Scandal Over Rate Manipulation Underlines What’s Wrong With Global Banking System

July 20th, 2012

(PetalumaPatch) – Cities and residents are paying the price for big banks’ practices, writes Petaluma resident Tim Nonn. Instead, the mantra of “Too big to fail” should be applied to our country and not the banks, he says.

The banking scandals are coming fast and furious because the global banking system is rotten to the core.

It isn’t only radicals in the Occupy movement who are making this claim.

Federal Reserve Chairman Ben Bernanke recently testified before the Senate Banking Committee that the scandal over the rigging of the Libor interest rate— a benchmark rate for interest on financial products such as home mortgages, car loans and credit cards— reveals structural flaws that are undermining public confidence in the banks.

Bernanke added that he couldn’t testify that U.S. banks were not engaged in the same criminal activity that led British and American authorities to impose a $453 million fine on Barclay’s for its role in the Libor scandal.

In fact, the U.S. Justice Department, and several state Attorneys General, are investigating JP Morgan Chase, Bank of America, Citigroup and other U.S. banks for conspiring to defraud consumers through the manipulation of the Libor rate.

While Libor, which is an acronym for London Interbank Offered Rate, is set daily by a consortium of British banks, it’s also closely monitored by the Federal Reserve of New York, since the rate affects borrowing costs for businesses and consumers in the United States.

In other words, Libor affects all of us.

For this reason, Bob Diamond, the former CEO of Barclay’s who was forced to resign after the Libor scandal broke, may soon have to testify before Congress. The British government has already formed a committee to investigate the scandal. If Congress conducts a serious investigation of the banks, the American public will not like what they see.
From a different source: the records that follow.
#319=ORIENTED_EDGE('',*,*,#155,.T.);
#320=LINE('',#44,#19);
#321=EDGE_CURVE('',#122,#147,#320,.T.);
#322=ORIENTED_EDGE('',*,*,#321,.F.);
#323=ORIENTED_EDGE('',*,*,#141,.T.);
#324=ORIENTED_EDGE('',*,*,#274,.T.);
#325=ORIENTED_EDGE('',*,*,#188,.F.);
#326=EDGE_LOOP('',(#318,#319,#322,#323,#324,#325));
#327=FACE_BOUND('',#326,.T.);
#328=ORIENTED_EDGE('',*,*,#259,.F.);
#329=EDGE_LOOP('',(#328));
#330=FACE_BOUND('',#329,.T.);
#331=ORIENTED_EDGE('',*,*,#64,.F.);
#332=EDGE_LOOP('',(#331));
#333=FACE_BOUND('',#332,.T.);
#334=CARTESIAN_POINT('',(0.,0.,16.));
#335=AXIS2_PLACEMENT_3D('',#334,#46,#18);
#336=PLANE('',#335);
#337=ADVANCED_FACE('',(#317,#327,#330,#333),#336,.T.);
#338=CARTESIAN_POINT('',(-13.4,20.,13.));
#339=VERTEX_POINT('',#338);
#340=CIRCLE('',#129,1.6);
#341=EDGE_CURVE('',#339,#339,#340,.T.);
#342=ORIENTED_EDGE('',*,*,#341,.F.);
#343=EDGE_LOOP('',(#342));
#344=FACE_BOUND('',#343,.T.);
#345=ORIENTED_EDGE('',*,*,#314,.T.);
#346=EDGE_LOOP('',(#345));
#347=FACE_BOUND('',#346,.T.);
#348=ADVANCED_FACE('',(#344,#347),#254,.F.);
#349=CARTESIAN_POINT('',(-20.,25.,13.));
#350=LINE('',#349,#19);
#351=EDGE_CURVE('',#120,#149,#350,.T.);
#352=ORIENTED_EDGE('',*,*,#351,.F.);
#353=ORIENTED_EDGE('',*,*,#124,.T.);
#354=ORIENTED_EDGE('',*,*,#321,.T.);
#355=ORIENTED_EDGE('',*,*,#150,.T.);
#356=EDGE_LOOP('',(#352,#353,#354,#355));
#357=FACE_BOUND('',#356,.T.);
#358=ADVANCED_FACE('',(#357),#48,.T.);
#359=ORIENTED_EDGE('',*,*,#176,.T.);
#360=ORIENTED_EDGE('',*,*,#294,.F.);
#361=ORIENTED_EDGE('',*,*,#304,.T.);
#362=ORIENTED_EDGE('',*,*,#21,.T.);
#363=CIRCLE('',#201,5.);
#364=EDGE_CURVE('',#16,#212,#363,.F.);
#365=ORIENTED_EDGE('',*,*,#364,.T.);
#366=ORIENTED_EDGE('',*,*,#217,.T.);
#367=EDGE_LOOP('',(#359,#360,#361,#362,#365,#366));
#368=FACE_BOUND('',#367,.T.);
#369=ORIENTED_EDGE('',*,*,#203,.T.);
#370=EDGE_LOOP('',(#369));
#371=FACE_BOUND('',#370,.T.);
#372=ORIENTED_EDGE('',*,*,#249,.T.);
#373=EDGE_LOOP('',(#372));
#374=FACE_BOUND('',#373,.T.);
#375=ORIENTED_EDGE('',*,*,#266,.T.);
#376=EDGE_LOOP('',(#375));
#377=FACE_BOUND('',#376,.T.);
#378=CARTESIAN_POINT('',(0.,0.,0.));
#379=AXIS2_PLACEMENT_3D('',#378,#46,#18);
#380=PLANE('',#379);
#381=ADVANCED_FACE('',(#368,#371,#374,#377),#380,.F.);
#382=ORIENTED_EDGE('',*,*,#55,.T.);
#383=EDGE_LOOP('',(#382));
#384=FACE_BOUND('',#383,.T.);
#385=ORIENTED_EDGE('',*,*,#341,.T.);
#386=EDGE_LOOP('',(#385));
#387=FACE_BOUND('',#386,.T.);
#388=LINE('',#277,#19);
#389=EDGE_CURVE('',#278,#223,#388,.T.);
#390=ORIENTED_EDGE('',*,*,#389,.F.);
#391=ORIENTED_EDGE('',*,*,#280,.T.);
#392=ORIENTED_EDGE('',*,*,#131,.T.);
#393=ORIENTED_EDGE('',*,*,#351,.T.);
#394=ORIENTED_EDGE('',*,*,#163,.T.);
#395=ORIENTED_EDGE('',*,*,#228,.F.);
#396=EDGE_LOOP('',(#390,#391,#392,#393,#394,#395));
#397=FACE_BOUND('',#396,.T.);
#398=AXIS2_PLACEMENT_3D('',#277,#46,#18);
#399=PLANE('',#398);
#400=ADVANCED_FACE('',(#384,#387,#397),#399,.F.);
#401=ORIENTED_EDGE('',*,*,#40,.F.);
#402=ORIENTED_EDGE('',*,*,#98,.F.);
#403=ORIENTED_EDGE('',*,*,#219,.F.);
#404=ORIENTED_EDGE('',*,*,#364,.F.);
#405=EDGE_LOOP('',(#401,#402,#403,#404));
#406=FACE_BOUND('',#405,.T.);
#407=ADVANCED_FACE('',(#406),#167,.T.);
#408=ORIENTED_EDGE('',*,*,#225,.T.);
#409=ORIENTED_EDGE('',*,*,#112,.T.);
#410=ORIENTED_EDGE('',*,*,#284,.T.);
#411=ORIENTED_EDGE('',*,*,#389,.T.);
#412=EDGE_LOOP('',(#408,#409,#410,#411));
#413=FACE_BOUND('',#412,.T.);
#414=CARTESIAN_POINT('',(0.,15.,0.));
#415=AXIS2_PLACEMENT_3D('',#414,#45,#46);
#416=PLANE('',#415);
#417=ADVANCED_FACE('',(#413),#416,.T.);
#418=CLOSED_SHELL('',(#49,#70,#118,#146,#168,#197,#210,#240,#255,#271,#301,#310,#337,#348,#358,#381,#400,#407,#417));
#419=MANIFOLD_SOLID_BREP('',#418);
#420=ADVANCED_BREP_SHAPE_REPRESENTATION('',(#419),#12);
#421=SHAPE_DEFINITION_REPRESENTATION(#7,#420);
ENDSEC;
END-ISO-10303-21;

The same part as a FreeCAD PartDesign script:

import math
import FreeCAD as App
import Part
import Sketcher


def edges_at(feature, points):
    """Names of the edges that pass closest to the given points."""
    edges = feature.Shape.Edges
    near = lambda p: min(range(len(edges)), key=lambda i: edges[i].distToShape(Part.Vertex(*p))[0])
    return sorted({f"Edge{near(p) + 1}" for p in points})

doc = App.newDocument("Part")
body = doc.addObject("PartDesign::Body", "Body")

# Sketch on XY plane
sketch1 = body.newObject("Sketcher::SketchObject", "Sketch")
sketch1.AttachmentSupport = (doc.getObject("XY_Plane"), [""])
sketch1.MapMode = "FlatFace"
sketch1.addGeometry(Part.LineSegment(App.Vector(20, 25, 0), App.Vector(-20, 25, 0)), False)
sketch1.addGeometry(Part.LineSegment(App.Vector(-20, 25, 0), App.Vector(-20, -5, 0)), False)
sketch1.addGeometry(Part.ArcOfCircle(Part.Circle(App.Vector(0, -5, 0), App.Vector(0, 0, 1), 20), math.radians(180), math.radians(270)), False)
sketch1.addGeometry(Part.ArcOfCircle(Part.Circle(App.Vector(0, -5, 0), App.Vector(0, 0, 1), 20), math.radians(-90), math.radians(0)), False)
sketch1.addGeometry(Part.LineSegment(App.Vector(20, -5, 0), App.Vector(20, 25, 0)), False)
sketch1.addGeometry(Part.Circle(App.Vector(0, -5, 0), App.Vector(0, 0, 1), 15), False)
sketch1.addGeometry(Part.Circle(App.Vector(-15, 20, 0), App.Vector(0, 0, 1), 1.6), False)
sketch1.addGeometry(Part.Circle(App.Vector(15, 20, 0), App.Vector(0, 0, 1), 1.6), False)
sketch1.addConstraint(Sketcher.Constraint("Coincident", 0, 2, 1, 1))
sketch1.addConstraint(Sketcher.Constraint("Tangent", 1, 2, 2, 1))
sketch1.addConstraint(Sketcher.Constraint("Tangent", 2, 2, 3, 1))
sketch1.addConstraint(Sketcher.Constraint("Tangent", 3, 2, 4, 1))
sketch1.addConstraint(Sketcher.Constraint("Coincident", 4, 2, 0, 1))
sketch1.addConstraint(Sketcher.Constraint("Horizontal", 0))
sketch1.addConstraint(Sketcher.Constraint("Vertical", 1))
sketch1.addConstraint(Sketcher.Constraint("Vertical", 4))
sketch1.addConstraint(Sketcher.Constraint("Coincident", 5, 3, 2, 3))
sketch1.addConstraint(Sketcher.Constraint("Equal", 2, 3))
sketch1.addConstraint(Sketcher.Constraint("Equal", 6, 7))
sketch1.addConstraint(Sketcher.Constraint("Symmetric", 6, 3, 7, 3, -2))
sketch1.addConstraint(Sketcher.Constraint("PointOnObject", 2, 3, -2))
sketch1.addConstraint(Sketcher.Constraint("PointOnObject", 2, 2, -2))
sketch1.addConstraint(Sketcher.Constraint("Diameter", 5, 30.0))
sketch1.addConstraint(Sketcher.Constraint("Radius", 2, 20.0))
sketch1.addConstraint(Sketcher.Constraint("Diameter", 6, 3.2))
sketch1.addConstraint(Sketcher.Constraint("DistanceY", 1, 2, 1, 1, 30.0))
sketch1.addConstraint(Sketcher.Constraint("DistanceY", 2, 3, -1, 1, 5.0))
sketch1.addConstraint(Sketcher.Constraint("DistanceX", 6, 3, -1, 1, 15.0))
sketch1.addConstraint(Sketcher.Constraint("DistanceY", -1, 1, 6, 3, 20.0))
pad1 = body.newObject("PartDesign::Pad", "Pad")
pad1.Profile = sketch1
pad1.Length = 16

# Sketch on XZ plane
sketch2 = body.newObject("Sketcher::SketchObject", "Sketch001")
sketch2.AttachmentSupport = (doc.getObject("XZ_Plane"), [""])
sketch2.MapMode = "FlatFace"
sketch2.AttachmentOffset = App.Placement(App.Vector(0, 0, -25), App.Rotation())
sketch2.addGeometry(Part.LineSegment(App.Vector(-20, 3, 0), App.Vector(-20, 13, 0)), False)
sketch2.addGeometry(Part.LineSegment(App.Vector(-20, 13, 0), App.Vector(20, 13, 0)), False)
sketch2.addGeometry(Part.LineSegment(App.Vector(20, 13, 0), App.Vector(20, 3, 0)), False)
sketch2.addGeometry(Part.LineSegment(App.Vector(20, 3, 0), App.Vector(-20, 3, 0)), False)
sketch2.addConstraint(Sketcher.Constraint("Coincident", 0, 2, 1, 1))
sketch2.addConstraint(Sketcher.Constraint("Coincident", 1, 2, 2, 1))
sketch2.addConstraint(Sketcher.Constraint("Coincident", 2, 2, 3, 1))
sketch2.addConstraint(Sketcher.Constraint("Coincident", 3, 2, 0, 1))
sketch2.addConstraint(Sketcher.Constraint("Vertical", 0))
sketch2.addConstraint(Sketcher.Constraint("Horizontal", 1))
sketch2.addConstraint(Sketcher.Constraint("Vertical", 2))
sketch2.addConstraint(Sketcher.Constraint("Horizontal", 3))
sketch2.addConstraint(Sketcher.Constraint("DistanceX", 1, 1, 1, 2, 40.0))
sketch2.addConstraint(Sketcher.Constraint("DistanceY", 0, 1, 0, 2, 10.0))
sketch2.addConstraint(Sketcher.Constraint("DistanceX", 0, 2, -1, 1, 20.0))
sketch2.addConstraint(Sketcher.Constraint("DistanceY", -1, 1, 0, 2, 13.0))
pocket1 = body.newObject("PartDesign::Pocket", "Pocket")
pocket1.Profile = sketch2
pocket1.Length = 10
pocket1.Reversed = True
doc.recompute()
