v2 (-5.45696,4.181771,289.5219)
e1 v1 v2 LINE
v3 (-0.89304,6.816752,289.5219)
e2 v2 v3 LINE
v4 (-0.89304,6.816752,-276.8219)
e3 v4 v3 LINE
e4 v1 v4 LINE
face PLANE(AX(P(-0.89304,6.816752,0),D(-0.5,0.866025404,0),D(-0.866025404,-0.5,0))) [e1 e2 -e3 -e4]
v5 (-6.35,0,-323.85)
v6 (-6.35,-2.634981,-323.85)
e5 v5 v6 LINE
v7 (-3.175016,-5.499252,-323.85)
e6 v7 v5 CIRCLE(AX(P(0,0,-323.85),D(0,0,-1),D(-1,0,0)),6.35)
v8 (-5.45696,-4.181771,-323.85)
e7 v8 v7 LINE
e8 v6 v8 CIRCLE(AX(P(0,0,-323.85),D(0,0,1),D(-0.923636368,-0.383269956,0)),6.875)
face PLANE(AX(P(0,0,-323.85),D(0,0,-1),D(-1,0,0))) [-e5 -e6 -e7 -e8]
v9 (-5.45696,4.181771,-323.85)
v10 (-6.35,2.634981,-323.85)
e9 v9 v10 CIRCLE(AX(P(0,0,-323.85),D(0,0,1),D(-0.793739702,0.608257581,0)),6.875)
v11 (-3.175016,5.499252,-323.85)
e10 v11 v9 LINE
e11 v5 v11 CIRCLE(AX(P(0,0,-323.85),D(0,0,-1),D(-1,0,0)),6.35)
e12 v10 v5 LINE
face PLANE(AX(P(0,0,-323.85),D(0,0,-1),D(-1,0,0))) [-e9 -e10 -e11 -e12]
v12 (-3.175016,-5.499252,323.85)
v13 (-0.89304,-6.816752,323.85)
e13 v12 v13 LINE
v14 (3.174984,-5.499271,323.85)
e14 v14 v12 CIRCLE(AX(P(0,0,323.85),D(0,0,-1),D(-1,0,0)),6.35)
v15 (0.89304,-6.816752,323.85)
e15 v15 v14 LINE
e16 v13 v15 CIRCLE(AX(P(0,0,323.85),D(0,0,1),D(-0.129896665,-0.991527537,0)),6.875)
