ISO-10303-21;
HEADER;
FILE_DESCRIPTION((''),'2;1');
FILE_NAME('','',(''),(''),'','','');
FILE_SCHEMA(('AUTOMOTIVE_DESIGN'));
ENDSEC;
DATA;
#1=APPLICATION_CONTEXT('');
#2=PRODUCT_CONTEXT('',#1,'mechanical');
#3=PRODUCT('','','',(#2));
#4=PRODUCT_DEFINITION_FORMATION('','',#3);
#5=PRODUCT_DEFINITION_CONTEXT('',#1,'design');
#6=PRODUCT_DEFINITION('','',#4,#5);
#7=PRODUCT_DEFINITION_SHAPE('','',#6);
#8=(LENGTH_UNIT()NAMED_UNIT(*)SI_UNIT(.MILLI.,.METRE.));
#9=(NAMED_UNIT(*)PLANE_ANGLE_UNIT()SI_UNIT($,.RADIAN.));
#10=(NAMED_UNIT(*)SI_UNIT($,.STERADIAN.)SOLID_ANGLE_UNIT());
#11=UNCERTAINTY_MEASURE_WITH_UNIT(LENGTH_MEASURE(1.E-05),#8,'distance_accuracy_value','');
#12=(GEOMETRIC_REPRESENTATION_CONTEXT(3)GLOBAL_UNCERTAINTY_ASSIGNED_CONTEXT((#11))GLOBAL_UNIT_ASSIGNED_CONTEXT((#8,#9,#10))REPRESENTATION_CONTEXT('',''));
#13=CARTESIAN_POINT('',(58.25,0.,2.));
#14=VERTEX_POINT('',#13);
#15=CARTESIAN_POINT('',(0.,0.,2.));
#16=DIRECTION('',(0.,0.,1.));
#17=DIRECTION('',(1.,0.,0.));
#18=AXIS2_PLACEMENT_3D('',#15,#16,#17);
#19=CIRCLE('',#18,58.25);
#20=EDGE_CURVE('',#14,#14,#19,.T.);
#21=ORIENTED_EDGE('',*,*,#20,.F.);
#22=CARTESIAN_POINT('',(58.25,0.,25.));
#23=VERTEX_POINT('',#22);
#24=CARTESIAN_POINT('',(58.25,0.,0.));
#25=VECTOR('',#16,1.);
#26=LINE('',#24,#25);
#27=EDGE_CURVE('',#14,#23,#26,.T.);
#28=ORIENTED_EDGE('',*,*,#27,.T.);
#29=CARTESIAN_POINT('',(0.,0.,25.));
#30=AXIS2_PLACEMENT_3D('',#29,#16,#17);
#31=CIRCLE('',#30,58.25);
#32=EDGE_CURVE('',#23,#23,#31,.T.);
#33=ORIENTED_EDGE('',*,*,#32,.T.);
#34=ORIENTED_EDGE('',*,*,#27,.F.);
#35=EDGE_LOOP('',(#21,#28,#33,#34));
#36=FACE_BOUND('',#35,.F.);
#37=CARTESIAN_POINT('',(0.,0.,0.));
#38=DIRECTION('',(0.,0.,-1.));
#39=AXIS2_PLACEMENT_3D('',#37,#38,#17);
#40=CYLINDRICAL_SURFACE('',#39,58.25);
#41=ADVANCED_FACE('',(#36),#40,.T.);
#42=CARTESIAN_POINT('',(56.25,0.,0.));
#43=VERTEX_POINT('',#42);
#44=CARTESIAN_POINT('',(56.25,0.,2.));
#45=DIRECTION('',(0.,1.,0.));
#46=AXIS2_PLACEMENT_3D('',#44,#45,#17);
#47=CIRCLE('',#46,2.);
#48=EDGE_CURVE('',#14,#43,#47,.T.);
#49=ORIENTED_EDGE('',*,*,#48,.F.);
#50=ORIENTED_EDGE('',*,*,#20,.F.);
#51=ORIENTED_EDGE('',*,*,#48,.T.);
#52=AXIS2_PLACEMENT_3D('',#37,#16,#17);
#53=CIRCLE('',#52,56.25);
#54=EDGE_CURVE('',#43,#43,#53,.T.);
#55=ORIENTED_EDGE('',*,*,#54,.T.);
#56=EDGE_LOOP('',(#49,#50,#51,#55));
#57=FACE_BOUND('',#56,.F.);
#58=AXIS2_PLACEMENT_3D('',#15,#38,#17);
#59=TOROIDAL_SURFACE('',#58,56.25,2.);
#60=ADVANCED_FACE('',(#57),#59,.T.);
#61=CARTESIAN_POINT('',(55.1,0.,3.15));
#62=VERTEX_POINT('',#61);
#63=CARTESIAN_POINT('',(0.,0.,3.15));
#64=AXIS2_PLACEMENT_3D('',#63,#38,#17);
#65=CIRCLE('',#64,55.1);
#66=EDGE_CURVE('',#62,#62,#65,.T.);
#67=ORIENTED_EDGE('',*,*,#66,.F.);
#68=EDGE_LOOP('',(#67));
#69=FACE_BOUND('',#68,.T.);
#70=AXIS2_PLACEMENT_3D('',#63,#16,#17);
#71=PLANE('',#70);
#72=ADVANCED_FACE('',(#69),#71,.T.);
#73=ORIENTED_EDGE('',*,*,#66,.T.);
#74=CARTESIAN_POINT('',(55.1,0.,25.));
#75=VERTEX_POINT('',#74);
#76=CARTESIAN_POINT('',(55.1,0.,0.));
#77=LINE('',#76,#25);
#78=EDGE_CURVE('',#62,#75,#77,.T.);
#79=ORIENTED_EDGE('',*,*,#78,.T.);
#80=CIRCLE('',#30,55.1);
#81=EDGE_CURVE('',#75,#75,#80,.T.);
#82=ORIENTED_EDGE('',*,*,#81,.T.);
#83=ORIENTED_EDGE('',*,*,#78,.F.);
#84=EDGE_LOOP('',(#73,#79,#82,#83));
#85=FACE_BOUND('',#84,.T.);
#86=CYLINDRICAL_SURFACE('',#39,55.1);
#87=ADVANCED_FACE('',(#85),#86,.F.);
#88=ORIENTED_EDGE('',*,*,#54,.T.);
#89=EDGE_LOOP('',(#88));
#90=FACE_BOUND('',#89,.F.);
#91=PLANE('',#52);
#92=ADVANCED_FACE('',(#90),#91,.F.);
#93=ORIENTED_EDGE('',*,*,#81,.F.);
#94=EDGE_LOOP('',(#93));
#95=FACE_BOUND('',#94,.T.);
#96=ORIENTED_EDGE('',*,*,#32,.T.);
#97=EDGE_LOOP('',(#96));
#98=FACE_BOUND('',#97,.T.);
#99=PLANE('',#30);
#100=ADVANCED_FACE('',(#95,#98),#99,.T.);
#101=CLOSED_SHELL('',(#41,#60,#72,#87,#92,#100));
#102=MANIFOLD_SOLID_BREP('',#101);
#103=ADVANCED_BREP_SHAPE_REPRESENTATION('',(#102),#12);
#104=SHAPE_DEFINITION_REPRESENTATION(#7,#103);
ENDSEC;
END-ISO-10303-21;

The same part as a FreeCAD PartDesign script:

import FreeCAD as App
import Part
import Sketcher
Q = App.Units.Quantity


def edges_at(feature, points):
    """Names of the edges that pass closest to the given points."""
    edges = feature.Shape.Edges
    near = lambda p: min(range(len(edges)), key=lambda i: edges[i].distToShape(Part.Vertex(*p))[0])
    return sorted({f"Edge{near(p) + 1}" for p in points})


def faces_at(feature, points):
    """Names of the faces that lie closest to the given points."""
    faces = feature.Shape.Faces
    near = lambda p: min(range(len(faces)), key=lambda i: faces[i].distToShape(Part.Vertex(*p))[0])
    return sorted({f"Face{near(p) + 1}" for p in points})

doc = App.newDocument("Part")
body = doc.addObject("PartDesign::Body", "Body")

# Sketch on XY plane
sketch1 = body.newObject("Sketcher::SketchObject", "Sketch")
sketch1.AttachmentSupport = (doc.getObject("XY_Plane"), [""])
sketch1.MapMode = "FlatFace"
sketch1.addGeometry(Part.Circle(App.Vector(0, 0, 0), App.Vector(0, 0, 1), 58), False)
sketch1.addConstraint(Sketcher.Constraint("Coincident", 0, 3, -1, 1))
sketch1.addConstraint(Sketcher.Constraint("Diameter", 0, Q("116.5 mm")))
pad1 = body.newObject("PartDesign::Pad", "Pad")
pad1.Profile = sketch1
pad1.Length = 25
doc.recompute()

thickness = body.newObject("PartDesign::Thickness", "Thickness")
thickness.Base = (pad1, faces_at(pad1, [(0, 0, 25)]))
thickness.Value = 3.15
thickness.Reversed = True
thickness.Join = "Arc"
doc.recompute()

fillet = body.newObject("PartDesign::Fillet", "Fillet")
fillet.Base = (thickness, edges_at(thickness, [(-58.25, 0, 0)]))
fillet.Radius = 2

doc.recompute()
William Black, a former bank regulator, said the Libor scandal reveals the existence of an illegal global banking cartel, calling Libor “the largest rigging of prices in the history of the world by many orders of magnitude.”

The manipulation of the Libor rate by a global banking cartel affects hundreds of trillions of dollars in debt every day. We are paying for the banks’ crimes. It is probably impossible to determine the exact amount of fraud committed by the banks, but if one bank in the cartel was fined half a billion dollars, I assume that the figure runs into the billions.

That money came out of the pockets of consumers, businesses and cities that carry trillions in debt. Is it surprising that four cities have already gone bankrupt in California due to banking shenanigans – or that Petaluma may be next?

The corrupt business practices of the banks will continue to adversely impact our economy. Dennis Kelleher, a banking industry analyst, said that the banking scandals will keep coming because the business model of the banks is based on greed and fraud.

“There’s going to be more [scandals] because their business model is corrupt and rotten to its core,” said Kelleher, CEO of Better Markets, a Washington, D.C. based organization that promotes the public interest in the U.S. and global financial markets.

Corruption among the banks will also continue to impact our government. It isn’t surprising that not a single banking executive has been prosecuted for the 2008 financial crash – even though hundreds of banking executives were prosecuted and convicted after the savings and loans scandal in the 1990s. The banks have too much power. They regulate the regulators. The mantra of “Too big to fail” should be applied to our country instead of the banks.

The banking cartels are going to destroy our cities one by one and turn everyone into debt slaves unless we demand accountability. Bob Diamond said it’s time to stop blaming the banks for the bad economy. I say it’s time to put banking executives, like him, in jail for their crimes.

Unfortunately, the political will to hold bankers accountable is sorely lacking. Former U.S. Secretary of Labor Robert Reich, who now teaches public policy at U.C. Berkeley, has said that the public is suffering from “outrage fatigue.”

How many scandals will it take to reign in the big banks’ greed and corruption? I don’t know. But I do know that we can hit the Lie-more banks hard by moving our home and car loans and credit cards to community-based banks and credit unions. We don’t need to wait for a timid government to act. We can hold the big banks accountable today.

Tim Nonn is a local writer who recently completed a new book called “Spirituality for Radicals: Meditations on Contemplative Activism.” He is also a member of Occupy Petaluma.